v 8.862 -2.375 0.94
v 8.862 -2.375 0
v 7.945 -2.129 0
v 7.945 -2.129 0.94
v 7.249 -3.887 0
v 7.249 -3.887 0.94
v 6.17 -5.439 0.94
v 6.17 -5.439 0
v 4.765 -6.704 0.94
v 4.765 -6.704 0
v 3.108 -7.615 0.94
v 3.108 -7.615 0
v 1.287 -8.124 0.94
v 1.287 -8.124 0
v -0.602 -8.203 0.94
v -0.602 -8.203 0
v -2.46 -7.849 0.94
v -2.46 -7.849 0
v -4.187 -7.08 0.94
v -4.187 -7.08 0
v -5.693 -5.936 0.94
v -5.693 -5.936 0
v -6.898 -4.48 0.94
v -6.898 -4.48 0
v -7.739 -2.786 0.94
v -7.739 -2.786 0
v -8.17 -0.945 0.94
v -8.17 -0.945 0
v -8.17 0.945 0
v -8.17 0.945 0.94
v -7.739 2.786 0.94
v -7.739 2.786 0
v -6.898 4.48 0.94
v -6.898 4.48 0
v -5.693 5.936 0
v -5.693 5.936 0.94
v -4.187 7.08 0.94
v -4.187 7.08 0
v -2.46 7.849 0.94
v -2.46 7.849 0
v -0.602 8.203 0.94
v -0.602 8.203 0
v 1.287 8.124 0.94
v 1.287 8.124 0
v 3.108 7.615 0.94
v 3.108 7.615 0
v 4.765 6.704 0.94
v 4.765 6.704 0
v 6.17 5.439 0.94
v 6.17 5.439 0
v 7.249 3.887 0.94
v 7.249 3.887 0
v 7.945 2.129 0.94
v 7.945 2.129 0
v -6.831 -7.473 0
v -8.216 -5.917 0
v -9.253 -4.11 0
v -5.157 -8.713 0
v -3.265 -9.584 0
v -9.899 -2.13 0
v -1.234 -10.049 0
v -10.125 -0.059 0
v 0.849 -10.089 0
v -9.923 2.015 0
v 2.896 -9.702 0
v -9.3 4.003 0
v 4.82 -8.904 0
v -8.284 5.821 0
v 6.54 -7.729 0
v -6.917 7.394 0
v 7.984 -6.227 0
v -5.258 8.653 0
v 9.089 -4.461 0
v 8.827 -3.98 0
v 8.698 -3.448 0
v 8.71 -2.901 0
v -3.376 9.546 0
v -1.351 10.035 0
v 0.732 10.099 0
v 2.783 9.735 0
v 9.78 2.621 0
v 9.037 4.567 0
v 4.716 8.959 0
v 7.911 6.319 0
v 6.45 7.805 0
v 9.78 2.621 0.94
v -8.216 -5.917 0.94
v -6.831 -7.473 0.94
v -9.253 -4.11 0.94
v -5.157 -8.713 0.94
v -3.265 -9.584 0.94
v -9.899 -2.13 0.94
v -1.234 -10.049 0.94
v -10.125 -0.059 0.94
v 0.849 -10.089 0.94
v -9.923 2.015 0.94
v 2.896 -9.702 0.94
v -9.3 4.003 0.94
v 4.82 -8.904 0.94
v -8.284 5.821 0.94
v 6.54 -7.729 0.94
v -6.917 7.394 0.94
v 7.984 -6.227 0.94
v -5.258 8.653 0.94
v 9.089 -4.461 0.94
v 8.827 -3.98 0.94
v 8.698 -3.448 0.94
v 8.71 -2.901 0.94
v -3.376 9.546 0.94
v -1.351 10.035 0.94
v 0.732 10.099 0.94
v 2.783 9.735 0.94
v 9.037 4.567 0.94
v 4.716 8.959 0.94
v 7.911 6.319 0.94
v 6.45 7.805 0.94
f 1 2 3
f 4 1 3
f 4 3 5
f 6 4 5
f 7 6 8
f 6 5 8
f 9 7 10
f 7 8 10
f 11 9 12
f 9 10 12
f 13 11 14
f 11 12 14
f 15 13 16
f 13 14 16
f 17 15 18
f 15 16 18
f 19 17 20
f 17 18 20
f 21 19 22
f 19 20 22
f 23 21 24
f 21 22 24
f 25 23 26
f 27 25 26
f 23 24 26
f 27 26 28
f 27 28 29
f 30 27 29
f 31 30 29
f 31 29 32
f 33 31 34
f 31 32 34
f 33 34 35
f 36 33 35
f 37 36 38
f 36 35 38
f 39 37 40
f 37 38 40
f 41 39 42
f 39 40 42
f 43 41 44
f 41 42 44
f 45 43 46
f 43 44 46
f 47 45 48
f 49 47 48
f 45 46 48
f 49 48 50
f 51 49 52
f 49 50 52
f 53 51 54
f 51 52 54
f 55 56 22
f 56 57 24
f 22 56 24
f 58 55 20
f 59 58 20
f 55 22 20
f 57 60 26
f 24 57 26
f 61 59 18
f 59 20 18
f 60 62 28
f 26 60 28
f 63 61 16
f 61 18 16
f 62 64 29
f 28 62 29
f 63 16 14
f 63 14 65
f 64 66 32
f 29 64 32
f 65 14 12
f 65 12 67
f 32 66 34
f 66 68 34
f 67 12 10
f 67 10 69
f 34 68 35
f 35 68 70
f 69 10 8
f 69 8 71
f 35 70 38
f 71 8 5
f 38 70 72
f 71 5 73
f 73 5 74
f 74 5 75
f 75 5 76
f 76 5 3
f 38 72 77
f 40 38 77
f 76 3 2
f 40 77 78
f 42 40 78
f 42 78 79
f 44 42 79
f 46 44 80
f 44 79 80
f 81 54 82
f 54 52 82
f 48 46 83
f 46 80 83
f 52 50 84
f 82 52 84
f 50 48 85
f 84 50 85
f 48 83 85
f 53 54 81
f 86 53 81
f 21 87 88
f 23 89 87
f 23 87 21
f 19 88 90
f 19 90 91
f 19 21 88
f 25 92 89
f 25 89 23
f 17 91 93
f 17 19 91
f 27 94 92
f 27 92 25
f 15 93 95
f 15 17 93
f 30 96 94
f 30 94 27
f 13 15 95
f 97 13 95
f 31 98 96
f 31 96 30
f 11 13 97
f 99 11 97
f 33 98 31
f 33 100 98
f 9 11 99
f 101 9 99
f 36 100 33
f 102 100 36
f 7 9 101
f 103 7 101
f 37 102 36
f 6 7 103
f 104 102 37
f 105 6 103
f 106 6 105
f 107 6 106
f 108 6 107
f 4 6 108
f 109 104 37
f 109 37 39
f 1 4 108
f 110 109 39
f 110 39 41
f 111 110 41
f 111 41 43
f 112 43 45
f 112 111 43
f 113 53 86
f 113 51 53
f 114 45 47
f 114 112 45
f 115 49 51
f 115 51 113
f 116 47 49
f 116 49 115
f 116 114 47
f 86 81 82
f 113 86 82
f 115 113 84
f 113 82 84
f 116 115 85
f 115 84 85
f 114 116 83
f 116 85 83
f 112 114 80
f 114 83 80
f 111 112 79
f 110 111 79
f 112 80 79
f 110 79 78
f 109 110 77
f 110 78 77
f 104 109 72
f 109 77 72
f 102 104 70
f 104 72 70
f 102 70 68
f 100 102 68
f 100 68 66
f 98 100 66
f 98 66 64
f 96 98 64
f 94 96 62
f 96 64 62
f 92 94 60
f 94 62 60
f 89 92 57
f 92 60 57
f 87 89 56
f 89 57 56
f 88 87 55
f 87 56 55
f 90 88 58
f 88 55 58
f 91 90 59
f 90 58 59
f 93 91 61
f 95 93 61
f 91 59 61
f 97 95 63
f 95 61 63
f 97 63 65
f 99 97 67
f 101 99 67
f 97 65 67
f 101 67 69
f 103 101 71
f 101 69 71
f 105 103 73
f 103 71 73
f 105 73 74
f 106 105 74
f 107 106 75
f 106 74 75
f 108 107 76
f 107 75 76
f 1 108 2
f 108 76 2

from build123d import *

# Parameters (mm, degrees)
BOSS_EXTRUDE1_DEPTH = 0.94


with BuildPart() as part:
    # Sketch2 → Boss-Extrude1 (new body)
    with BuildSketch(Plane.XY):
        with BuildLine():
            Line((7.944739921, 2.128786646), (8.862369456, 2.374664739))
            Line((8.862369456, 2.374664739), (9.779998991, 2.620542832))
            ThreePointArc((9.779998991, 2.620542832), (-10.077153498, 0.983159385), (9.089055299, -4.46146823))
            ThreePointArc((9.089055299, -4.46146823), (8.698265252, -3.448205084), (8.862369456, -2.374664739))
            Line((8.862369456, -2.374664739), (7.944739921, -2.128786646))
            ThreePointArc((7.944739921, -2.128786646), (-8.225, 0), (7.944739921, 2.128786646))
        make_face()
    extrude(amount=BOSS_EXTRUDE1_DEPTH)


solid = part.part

━━━━

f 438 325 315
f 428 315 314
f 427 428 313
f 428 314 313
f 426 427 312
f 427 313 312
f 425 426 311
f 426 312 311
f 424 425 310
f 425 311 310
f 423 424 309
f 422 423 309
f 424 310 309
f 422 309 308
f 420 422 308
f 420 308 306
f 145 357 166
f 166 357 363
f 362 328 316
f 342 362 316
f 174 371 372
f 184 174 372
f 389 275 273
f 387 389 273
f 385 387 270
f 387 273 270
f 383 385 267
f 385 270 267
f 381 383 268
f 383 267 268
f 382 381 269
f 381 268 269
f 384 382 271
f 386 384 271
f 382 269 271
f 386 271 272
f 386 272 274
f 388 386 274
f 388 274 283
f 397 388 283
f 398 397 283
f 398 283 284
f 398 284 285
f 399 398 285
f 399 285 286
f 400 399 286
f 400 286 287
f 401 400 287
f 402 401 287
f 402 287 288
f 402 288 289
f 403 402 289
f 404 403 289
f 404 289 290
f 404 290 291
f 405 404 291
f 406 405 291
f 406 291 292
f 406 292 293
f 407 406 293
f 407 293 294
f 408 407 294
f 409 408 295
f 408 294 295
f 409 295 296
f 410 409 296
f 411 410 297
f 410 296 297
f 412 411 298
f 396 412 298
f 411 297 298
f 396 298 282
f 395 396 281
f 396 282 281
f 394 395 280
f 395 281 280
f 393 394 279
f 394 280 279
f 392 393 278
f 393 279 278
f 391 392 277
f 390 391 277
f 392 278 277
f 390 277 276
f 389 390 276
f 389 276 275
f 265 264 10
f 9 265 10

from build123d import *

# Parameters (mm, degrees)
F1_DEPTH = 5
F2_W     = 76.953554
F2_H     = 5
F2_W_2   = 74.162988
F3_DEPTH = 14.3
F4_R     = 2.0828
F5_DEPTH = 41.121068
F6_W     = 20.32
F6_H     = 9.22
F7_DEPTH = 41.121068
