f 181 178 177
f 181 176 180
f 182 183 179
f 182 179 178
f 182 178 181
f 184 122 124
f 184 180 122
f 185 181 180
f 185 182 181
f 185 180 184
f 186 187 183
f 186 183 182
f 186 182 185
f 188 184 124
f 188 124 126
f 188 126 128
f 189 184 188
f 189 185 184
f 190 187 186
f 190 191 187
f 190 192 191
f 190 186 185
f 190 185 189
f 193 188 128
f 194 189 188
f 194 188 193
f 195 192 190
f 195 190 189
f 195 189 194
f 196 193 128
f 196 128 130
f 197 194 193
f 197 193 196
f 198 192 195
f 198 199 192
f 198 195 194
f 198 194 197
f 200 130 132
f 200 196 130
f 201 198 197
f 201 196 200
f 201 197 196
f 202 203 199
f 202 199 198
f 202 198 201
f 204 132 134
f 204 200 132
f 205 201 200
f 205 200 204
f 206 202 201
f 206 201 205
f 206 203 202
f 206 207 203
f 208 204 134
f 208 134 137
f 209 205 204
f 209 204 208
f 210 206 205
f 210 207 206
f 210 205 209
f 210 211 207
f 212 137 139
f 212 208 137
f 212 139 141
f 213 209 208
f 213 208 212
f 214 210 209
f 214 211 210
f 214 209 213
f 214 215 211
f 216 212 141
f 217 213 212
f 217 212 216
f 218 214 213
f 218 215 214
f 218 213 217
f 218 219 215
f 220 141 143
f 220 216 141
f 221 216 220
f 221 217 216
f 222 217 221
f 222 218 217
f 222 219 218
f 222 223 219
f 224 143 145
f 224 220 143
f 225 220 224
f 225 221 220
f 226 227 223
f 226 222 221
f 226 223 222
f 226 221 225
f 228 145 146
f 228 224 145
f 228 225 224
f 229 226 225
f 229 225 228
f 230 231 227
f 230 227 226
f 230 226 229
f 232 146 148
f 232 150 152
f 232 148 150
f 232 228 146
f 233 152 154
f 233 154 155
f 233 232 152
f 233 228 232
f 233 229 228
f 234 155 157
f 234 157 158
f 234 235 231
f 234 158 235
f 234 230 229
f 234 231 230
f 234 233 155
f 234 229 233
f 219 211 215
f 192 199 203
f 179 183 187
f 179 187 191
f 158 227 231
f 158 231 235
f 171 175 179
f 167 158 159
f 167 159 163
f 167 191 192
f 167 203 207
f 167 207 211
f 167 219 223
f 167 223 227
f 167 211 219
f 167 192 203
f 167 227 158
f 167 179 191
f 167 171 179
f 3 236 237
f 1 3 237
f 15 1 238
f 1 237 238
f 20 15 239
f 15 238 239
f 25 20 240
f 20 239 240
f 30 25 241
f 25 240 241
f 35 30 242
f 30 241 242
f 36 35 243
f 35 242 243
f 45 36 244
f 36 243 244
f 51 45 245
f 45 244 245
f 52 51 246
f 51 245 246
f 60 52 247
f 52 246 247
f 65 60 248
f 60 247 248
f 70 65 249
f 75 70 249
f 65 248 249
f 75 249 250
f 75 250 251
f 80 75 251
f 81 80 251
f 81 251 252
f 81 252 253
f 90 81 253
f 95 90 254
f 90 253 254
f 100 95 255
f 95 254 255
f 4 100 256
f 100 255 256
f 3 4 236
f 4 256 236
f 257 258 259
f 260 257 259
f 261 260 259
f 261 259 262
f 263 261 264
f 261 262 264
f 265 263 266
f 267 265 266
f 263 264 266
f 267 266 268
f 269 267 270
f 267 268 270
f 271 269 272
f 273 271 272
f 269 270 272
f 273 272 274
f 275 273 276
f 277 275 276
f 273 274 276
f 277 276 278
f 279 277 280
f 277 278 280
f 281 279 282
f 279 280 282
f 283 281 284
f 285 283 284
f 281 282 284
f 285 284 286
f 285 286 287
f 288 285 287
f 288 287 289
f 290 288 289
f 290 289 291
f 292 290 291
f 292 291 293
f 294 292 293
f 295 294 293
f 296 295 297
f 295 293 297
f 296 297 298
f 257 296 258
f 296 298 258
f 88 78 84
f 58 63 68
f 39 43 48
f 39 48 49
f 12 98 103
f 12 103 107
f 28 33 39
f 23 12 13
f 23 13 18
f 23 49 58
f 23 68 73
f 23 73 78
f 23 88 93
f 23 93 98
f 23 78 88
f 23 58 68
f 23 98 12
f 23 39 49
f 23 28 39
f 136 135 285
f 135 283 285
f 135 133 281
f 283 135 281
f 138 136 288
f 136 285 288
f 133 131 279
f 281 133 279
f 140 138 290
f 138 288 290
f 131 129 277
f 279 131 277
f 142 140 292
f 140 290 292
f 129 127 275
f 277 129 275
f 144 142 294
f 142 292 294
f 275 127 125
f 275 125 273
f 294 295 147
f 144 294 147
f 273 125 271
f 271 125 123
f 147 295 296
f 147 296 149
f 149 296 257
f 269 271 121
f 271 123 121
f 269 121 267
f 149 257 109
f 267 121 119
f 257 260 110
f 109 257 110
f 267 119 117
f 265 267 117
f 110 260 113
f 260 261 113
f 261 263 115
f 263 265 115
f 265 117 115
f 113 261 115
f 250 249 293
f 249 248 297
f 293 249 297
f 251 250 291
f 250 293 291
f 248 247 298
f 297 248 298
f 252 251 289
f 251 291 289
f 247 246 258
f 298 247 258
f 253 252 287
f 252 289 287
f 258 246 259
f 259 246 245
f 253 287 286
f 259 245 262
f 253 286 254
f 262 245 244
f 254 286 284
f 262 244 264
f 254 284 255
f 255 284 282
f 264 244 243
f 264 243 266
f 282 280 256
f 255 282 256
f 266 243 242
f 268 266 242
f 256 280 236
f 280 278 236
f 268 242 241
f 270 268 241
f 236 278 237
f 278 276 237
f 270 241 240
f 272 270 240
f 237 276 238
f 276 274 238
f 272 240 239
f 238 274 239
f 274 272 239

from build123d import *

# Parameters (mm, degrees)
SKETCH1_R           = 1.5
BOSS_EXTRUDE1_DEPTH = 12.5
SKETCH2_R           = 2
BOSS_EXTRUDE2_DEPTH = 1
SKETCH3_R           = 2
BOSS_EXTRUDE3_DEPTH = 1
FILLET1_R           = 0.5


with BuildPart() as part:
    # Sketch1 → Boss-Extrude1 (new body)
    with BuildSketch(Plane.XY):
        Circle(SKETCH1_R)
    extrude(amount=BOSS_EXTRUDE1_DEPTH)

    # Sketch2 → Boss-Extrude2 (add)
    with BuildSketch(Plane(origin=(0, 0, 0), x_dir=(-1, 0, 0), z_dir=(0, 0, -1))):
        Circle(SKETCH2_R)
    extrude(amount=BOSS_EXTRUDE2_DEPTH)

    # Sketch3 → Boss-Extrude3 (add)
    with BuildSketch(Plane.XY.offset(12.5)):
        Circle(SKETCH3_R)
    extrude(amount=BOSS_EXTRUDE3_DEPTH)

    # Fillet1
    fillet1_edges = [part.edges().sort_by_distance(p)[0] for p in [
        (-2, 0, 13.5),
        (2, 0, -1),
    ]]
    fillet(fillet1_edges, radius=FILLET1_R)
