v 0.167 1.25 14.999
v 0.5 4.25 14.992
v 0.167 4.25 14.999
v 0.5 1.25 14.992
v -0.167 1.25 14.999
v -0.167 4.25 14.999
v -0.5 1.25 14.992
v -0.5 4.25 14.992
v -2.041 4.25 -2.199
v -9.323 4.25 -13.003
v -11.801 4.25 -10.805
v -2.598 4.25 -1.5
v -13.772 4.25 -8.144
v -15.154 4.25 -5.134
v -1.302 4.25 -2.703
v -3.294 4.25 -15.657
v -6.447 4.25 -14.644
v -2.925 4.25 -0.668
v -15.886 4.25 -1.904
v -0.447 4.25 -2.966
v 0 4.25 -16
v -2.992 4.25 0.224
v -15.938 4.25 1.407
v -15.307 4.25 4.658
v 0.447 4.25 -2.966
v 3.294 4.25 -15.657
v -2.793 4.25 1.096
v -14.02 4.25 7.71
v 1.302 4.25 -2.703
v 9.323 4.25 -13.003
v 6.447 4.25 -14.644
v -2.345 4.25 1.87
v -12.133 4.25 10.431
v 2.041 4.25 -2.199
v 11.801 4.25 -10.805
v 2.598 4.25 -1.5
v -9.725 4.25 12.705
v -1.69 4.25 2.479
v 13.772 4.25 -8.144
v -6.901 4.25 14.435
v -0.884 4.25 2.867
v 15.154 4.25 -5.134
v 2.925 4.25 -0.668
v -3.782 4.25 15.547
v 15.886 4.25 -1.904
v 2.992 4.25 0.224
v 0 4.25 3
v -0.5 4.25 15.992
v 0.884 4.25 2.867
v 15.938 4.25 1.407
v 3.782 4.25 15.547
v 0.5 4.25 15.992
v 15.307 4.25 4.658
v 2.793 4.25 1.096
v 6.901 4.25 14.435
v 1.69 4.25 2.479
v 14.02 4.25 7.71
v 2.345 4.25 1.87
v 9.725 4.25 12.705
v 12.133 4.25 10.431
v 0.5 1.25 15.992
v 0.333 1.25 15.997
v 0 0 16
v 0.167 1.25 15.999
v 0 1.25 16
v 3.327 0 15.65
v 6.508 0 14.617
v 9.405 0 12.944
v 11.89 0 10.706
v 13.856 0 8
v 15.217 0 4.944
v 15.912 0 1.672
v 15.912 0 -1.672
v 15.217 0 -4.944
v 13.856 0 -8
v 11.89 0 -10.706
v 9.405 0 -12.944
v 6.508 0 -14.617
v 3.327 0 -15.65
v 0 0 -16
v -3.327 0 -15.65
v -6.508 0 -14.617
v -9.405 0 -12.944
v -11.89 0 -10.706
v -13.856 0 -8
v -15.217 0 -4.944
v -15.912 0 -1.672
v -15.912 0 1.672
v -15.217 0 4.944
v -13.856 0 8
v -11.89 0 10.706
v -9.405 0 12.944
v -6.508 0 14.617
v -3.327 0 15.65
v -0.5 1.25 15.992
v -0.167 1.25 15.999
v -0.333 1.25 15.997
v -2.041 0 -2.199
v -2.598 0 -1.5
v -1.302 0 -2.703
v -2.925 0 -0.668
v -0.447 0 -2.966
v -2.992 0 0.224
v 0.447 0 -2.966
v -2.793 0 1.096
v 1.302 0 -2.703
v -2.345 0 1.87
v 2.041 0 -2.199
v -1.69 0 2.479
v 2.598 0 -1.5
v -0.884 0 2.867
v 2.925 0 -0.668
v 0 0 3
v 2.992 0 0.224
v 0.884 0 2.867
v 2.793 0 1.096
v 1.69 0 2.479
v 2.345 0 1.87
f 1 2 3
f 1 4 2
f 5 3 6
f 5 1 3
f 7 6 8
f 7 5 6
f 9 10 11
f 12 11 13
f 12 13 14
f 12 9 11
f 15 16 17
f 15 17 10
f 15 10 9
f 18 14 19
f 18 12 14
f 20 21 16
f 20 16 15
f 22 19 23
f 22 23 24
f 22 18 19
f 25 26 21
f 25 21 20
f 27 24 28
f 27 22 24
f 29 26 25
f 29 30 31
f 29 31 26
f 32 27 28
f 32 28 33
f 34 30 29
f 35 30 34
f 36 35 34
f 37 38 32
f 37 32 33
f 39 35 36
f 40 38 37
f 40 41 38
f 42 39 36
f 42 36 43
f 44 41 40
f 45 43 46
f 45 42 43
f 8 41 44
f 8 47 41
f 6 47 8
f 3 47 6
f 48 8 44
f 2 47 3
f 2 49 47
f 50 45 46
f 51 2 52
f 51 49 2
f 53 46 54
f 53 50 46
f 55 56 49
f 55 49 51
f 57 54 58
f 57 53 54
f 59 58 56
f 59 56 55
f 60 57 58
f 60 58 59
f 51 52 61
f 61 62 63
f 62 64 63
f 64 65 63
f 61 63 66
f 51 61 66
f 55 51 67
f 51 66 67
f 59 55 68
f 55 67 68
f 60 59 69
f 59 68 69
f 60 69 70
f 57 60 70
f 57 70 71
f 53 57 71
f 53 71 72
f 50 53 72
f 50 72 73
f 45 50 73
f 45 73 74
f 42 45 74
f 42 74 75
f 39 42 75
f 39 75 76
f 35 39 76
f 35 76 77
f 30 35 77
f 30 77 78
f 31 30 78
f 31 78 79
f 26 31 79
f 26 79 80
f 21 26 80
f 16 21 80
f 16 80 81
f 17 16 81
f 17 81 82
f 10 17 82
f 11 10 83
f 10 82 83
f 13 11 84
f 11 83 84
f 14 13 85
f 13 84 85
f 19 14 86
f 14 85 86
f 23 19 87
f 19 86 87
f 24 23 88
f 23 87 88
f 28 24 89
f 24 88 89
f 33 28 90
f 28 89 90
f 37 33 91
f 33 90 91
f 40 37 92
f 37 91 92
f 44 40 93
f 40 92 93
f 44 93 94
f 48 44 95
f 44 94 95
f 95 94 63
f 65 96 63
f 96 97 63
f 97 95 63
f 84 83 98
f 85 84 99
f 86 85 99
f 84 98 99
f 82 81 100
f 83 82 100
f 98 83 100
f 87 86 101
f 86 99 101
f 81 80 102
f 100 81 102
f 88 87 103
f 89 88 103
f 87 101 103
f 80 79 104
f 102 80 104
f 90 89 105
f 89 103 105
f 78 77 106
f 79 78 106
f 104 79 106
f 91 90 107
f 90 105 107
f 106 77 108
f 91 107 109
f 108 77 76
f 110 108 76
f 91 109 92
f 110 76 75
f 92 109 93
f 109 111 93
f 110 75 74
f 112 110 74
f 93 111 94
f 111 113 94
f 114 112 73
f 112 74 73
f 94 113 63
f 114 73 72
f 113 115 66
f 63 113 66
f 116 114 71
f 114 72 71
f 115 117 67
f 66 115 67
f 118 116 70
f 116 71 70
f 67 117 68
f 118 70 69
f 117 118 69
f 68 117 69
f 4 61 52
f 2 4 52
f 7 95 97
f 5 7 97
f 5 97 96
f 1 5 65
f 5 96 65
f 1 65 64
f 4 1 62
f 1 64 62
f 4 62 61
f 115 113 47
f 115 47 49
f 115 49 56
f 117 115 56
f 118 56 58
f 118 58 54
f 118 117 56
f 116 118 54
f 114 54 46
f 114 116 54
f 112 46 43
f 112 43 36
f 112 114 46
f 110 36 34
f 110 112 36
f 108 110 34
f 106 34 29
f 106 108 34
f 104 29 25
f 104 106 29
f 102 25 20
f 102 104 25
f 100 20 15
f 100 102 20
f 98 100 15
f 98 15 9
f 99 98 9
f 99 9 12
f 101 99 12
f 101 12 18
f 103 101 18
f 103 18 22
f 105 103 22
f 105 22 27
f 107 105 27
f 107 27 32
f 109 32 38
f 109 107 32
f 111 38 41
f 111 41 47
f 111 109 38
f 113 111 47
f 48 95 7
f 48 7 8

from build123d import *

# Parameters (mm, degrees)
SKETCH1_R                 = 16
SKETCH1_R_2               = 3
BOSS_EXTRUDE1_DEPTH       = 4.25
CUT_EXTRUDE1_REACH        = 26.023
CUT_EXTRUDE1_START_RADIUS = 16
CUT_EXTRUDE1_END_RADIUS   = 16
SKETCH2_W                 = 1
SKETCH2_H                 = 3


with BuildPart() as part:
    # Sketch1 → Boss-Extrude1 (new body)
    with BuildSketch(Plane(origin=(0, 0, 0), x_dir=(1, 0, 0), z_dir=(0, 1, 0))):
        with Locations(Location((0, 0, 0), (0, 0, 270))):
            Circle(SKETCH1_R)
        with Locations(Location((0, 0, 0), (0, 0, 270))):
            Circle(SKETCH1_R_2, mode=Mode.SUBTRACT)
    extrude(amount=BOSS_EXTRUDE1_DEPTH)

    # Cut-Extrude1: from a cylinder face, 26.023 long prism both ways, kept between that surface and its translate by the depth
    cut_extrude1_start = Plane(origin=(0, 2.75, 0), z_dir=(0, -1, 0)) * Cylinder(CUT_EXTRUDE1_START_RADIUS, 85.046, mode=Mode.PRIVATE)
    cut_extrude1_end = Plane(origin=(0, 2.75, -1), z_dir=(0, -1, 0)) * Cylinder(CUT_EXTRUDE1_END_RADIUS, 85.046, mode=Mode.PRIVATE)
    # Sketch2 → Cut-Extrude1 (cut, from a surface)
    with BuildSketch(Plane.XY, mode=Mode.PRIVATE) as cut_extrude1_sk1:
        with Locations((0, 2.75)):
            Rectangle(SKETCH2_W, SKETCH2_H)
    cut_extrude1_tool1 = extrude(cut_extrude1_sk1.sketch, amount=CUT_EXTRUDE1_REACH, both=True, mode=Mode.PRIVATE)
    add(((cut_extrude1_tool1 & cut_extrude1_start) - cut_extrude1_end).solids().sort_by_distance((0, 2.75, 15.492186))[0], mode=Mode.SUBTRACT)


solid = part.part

━━━━

■ PROBLEM DESCRIPTION ■
For the material above, reproduce exactly the lines from the line with "v 8.862 -2.375 0.94" to the line with "v -0.602 8.203 0.94", inclusive, and exclude all others.

■ RESULT OF THE TASK ■
v 8.862 -2.375 0.94
v 8.862 -2.375 0
v 7.945 -2.129 0
v 7.945 -2.129 0.94
v 7.249 -3.887 0
v 7.249 -3.887 0.94
v 6.17 -5.439 0.94
v 6.17 -5.439 0
v 4.765 -6.704 0.94
v 4.765 -6.704 0
v 3.108 -7.615 0.94
v 3.108 -7.615 0
v 1.287 -8.124 0.94
v 1.287 -8.124 0
v -0.602 -8.203 0.94
v -0.602 -8.203 0
v -2.46 -7.849 0.94
v -2.46 -7.849 0
v -4.187 -7.08 0.94
v -4.187 -7.08 0
v -5.693 -5.936 0.94
v -5.693 -5.936 0
v -6.898 -4.48 0.94
v -6.898 -4.48 0
v -7.739 -2.786 0.94
v -7.739 -2.786 0
v -8.17 -0.945 0.94
v -8.17 -0.945 0
v -8.17 0.945 0
v -8.17 0.945 0.94
v -7.739 2.786 0.94
v -7.739 2.786 0
v -6.898 4.48 0.94
v -6.898 4.48 0
v -5.693 5.936 0
v -5.693 5.936 0.94
v -4.187 7.08 0.94
v -4.187 7.08 0
v -2.46 7.849 0.94
v -2.46 7.849 0
v -0.602 8.203 0.94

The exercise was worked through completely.